Die Keratoconjunctivitis vernalis im Überblick

Bei der Keratokonjunktivitis vernalis (VKC) handelt es sich um eine allergisch bedingte, rezidivierende Konjunktivitis (Bindehautentzündung), die überwiegend im Frühjahr (vernalis) auftritt. Sie kommt vor allem bei Kindern und Jugendlichen männlichen Geschlechts mit einer bereits bestehenden Neigung zu Allergien, Asthma und anderen Überreaktionen des Immunsystems vor. Bei dieser schweren Form der Konjunktivitis (Bindehautentzündung) sind neben den Bindehäuten zusätzlich die Hornhäute betroffen. Typisch für die Keratoconjunctivitis vernalis (VKC) sind der Rückgang in Herbst und Winter und das Verschwinden mit dem Übergang ins Erwachsenenalter.

Ursachen der Frühjahrs-Keratoconjunktivitis

Heute nimmt man an, dass das Immunglobulin (Antikörper) E (IgE), welches ja bekanntlich bei allergischen Reaktionen, Überempfindlichkeiten und Autoimmunerkrankungen eine Rolle spielt, auch hier beteiligt ist. Bei ca. 80% der Immunglobuline handelt es sich jedoch um Antikörper der G-Klasse, welche überwiegend in den Schleimhäuten vorkommen.

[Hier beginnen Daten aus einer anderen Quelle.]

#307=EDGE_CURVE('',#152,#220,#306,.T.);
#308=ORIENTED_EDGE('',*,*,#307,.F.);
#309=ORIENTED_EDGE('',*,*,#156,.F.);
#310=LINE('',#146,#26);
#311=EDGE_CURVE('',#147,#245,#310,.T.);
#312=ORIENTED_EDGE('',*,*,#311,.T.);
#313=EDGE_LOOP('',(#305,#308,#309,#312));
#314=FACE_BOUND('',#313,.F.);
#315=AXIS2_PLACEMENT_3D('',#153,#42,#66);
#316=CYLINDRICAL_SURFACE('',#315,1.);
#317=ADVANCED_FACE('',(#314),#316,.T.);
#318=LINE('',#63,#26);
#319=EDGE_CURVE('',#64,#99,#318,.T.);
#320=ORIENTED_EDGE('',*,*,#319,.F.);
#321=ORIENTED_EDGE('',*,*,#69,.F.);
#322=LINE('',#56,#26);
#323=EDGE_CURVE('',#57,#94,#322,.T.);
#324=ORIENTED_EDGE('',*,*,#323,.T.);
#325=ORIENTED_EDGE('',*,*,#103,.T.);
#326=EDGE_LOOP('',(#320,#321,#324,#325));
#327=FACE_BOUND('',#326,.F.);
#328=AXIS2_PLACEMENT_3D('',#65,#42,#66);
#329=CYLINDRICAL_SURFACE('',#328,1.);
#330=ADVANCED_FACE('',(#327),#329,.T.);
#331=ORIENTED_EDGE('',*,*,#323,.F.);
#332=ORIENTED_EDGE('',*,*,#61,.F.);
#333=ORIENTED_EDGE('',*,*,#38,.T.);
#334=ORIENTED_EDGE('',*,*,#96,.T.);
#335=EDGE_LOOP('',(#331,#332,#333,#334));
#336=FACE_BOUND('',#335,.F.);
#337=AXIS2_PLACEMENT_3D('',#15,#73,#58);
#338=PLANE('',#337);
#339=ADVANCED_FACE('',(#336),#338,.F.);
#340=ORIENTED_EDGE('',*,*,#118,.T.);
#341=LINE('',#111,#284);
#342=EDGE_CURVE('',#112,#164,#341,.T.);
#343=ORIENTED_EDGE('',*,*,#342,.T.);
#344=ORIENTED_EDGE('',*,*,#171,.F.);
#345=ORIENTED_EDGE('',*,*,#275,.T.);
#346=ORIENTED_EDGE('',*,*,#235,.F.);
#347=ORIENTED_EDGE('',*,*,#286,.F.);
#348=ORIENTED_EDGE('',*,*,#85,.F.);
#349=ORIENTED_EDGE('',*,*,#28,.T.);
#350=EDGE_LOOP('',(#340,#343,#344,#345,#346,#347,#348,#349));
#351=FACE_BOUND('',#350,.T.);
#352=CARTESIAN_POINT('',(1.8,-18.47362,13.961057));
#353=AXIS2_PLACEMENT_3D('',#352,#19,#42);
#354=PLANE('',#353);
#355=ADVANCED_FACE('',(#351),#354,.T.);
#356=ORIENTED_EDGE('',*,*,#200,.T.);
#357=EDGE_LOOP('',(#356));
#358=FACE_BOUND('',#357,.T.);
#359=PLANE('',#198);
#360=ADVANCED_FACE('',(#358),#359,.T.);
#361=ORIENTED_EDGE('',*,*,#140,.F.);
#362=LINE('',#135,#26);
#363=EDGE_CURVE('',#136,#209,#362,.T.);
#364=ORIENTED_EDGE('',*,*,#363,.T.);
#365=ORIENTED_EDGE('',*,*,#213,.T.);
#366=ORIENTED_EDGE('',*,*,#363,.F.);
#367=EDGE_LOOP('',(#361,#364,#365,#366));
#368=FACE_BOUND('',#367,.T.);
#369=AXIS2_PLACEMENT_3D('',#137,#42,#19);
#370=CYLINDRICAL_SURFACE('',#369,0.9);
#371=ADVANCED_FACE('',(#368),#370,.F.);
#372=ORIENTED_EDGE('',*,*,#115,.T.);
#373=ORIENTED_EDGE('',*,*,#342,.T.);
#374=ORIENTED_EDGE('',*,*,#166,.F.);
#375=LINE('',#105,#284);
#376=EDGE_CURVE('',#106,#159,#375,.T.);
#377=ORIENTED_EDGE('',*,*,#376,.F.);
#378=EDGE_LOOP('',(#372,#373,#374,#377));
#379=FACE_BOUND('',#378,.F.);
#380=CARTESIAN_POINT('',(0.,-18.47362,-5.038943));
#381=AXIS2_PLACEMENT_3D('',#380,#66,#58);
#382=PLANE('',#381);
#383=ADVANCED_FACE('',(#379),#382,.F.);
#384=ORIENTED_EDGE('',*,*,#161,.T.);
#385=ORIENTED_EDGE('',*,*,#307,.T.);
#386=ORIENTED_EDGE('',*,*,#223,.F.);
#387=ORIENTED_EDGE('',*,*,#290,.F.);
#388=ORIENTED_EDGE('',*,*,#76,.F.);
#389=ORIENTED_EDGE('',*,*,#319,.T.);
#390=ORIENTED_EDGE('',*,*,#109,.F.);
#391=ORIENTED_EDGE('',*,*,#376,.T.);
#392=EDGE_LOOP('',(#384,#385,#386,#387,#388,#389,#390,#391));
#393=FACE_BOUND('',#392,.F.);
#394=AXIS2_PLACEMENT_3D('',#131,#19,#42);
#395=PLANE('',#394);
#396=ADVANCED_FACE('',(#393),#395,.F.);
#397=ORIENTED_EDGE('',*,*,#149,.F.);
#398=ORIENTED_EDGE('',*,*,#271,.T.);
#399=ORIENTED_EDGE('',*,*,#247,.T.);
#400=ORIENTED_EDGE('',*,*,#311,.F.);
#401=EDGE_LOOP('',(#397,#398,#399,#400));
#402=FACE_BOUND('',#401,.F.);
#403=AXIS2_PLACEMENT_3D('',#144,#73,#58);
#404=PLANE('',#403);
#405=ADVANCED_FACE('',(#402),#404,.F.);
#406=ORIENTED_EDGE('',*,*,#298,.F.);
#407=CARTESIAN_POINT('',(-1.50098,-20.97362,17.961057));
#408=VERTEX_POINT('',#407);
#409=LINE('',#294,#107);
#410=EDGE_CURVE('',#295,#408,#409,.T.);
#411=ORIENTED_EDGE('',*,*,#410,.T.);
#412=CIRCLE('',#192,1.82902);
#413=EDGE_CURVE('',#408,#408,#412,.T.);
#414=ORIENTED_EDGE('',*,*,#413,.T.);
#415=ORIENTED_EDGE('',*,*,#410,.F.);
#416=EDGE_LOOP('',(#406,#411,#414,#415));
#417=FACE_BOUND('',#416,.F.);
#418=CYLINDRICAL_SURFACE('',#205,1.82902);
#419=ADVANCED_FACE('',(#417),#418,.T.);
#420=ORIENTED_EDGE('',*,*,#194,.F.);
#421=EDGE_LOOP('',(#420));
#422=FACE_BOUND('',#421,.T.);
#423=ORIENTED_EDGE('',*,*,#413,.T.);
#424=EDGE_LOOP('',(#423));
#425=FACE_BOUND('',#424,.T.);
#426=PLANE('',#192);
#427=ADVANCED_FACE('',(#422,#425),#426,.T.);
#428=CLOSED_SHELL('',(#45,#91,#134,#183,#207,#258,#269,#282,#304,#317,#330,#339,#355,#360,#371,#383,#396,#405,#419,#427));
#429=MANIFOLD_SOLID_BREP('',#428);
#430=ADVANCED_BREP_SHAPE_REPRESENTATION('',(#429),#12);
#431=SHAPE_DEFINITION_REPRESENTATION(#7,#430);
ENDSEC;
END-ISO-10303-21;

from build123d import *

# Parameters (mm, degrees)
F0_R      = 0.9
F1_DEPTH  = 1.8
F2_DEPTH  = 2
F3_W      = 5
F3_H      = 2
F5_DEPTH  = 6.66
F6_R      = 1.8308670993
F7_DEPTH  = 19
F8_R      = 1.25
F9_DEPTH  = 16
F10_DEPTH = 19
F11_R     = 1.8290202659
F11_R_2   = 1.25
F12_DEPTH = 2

Bei einer massiven Erhöhung dieser Antikörper und bestimmter Zellen in der Bindehaut kann es zu überschiessenden Abwehrreaktionen gegenüber eigentlich harmlosen Substanzen kommen. Als typische Allergene zählen vor allem Pollen (saisonbedingt), Schimmelpilze, Hausstaubmilben sowie beispielsweise Hautschuppen von Hunden oder Katzen. Allergische Reaktionen auf Kontaktlinsen kommen ebenso vor. Temperatur- und Lichtverhältnisse wirken sich zusätzlich auf die Beschwerden aus.

Ob ein niedriger Vitamin-D-Status das allergische Geschehen zusätzlich ungünstig beeinflusst, ist noch nicht hinreichend untersucht. Vitamin D ist für seine immunregulatorische Wirkweise bekannt. Es soll überschiessende Immunantworten mildern können. Ein Mangel an diesem Hybridhormon wird daher auch bei Autoimmunerkrankungen als mögliche Mitursache angenommen.

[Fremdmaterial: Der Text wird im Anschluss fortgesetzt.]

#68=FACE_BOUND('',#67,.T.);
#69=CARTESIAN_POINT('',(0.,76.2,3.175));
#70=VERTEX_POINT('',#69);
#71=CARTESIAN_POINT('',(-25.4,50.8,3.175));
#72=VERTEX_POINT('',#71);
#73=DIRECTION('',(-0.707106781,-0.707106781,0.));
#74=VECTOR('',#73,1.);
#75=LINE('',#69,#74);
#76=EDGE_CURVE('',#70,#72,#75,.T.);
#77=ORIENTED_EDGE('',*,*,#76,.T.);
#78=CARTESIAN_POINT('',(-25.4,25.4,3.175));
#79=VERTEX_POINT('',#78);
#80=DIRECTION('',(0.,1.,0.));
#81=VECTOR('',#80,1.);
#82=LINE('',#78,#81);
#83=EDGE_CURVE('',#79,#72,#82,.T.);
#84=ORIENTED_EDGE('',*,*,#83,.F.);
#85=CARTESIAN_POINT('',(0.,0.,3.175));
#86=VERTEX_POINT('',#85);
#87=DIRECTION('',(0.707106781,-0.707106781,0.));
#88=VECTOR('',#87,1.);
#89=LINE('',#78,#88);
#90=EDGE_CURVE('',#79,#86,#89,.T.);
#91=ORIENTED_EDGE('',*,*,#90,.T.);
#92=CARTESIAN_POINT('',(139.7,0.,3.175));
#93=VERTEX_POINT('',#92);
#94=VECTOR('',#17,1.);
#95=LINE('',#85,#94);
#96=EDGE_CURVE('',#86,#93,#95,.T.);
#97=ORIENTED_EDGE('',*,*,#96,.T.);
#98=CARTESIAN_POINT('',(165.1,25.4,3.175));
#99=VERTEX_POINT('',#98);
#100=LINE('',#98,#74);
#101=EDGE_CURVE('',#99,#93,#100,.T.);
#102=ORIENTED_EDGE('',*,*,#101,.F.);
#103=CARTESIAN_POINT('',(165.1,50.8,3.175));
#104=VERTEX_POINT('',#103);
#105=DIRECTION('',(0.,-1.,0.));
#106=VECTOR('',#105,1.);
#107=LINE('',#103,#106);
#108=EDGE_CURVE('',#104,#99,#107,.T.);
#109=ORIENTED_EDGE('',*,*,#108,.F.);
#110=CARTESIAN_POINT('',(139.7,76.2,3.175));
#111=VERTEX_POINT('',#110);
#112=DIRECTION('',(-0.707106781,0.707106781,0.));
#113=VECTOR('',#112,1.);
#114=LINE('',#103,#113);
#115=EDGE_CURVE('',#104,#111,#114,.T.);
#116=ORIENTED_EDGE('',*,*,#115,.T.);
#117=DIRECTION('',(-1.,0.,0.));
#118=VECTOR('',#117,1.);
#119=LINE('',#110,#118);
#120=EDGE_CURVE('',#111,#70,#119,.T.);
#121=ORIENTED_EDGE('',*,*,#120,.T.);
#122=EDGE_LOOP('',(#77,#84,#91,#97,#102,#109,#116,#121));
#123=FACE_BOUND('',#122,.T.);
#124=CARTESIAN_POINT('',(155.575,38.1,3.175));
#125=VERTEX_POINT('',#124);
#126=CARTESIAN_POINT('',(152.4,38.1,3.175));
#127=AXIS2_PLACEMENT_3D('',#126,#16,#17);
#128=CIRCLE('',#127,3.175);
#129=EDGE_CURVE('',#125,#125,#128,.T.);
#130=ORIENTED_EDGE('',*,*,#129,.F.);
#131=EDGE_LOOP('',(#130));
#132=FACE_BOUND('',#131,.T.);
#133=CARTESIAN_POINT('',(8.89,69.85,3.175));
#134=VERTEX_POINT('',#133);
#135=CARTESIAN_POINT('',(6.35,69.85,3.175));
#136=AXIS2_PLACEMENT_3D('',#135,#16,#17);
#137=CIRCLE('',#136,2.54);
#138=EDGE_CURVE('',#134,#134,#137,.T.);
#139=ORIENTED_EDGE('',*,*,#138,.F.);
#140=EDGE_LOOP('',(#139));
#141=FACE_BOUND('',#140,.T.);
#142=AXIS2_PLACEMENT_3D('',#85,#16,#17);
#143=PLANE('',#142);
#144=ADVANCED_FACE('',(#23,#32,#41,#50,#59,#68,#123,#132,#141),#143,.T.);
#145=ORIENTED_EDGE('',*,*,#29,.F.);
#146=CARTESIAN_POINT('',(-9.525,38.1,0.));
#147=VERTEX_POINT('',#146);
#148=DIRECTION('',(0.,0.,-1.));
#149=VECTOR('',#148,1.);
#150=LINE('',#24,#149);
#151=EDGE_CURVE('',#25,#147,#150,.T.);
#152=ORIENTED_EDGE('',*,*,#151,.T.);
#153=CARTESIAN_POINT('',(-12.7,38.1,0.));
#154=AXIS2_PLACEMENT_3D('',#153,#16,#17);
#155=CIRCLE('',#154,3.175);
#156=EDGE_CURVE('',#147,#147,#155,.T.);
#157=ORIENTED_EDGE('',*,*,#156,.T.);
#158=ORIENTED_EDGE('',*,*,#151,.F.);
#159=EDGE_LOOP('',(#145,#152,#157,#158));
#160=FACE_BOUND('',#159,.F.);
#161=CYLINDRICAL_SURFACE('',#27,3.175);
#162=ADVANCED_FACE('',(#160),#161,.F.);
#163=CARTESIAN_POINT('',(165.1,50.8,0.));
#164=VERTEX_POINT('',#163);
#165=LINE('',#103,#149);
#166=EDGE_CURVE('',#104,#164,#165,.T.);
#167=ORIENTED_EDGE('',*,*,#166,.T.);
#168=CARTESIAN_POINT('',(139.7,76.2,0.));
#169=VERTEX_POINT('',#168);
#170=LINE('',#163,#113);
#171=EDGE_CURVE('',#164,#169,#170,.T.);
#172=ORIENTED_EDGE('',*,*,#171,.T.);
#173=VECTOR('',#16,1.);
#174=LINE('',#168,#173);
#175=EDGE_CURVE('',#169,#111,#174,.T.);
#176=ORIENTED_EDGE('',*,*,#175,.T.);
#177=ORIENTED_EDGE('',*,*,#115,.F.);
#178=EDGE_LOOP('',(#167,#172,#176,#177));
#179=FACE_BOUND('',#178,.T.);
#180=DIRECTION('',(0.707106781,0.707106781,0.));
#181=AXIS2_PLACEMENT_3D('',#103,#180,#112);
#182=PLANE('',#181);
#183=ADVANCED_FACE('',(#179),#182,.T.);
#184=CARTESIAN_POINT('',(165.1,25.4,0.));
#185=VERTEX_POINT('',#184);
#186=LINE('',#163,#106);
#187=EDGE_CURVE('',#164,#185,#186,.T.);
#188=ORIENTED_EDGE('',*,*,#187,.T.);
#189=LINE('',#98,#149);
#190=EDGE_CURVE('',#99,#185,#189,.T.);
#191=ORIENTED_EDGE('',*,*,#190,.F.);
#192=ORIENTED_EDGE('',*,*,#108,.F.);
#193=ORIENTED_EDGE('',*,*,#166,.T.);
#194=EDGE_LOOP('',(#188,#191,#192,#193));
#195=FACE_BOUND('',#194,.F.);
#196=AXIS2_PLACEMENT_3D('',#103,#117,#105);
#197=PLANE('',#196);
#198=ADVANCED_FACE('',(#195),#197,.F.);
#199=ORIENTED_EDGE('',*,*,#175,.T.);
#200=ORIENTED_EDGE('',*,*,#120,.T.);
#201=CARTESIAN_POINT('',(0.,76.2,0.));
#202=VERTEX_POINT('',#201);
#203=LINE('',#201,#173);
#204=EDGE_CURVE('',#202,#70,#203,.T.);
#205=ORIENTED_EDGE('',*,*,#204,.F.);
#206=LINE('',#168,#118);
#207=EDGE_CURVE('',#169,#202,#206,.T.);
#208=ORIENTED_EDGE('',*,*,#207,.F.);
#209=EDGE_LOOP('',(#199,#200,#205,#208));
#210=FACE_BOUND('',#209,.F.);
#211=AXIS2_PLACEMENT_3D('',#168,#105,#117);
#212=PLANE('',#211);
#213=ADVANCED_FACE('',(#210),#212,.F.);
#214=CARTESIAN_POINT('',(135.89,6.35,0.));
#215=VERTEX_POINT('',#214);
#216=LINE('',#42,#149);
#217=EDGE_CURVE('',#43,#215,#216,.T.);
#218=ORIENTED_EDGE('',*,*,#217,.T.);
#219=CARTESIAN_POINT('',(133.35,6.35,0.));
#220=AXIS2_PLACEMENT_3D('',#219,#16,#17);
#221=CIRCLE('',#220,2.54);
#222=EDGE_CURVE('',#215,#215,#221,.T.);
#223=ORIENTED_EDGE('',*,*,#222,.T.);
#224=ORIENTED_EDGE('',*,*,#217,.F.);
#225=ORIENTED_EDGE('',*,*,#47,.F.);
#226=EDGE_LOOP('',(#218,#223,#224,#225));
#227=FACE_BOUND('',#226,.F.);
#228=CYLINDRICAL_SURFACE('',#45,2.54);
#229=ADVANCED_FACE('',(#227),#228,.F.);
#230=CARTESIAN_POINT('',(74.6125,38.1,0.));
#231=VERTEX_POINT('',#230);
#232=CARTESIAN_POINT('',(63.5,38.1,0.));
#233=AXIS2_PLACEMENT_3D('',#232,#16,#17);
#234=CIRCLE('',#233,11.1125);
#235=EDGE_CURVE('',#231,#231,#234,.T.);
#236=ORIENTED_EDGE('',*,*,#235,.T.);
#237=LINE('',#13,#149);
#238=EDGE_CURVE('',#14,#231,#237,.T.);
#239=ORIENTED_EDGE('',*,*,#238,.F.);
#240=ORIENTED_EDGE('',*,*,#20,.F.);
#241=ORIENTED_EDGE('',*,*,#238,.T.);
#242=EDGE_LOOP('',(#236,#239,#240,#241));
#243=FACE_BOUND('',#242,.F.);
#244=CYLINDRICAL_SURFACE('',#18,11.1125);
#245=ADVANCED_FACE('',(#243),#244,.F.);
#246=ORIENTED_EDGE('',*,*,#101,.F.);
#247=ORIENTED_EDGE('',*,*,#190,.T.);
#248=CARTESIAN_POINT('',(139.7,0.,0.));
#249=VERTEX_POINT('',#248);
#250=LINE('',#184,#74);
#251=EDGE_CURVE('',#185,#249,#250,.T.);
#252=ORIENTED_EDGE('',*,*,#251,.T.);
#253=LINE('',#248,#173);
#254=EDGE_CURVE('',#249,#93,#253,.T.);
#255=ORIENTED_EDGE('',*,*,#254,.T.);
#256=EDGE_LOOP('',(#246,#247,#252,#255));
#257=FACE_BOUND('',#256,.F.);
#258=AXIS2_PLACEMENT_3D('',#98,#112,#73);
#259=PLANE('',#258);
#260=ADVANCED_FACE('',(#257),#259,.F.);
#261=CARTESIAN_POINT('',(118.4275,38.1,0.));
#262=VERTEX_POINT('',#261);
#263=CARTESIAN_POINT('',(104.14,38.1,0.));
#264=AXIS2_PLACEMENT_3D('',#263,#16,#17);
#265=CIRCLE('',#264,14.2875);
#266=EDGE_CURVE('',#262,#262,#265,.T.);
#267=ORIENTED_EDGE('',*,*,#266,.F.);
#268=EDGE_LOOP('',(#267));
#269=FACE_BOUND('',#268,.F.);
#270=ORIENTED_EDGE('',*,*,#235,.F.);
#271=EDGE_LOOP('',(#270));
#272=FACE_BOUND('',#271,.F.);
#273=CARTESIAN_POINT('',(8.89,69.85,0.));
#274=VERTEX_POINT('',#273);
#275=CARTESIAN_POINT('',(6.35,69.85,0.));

Typische Symptome der Keratoconjunctivitis vernalis

Ca. 50% der Betroffenen leiden zusätzlich an weiteren allergischen Reaktionen neben der Keratokonjunktivitis vernalis. Nicht immer besteht ein eindeutiger Zusammenhang zwischen der Konjunktivitis und weiteren allergischen Manifestationen. Doch weist die vorhandene Atopie mit ihren vielseitigen Beschwerdebildern auf eine bereits bestehende Neigung zu Überempfindlichkeitsreaktionen und einer genetisch determinierten Bereitschaft zur Allergieentwicklung hin.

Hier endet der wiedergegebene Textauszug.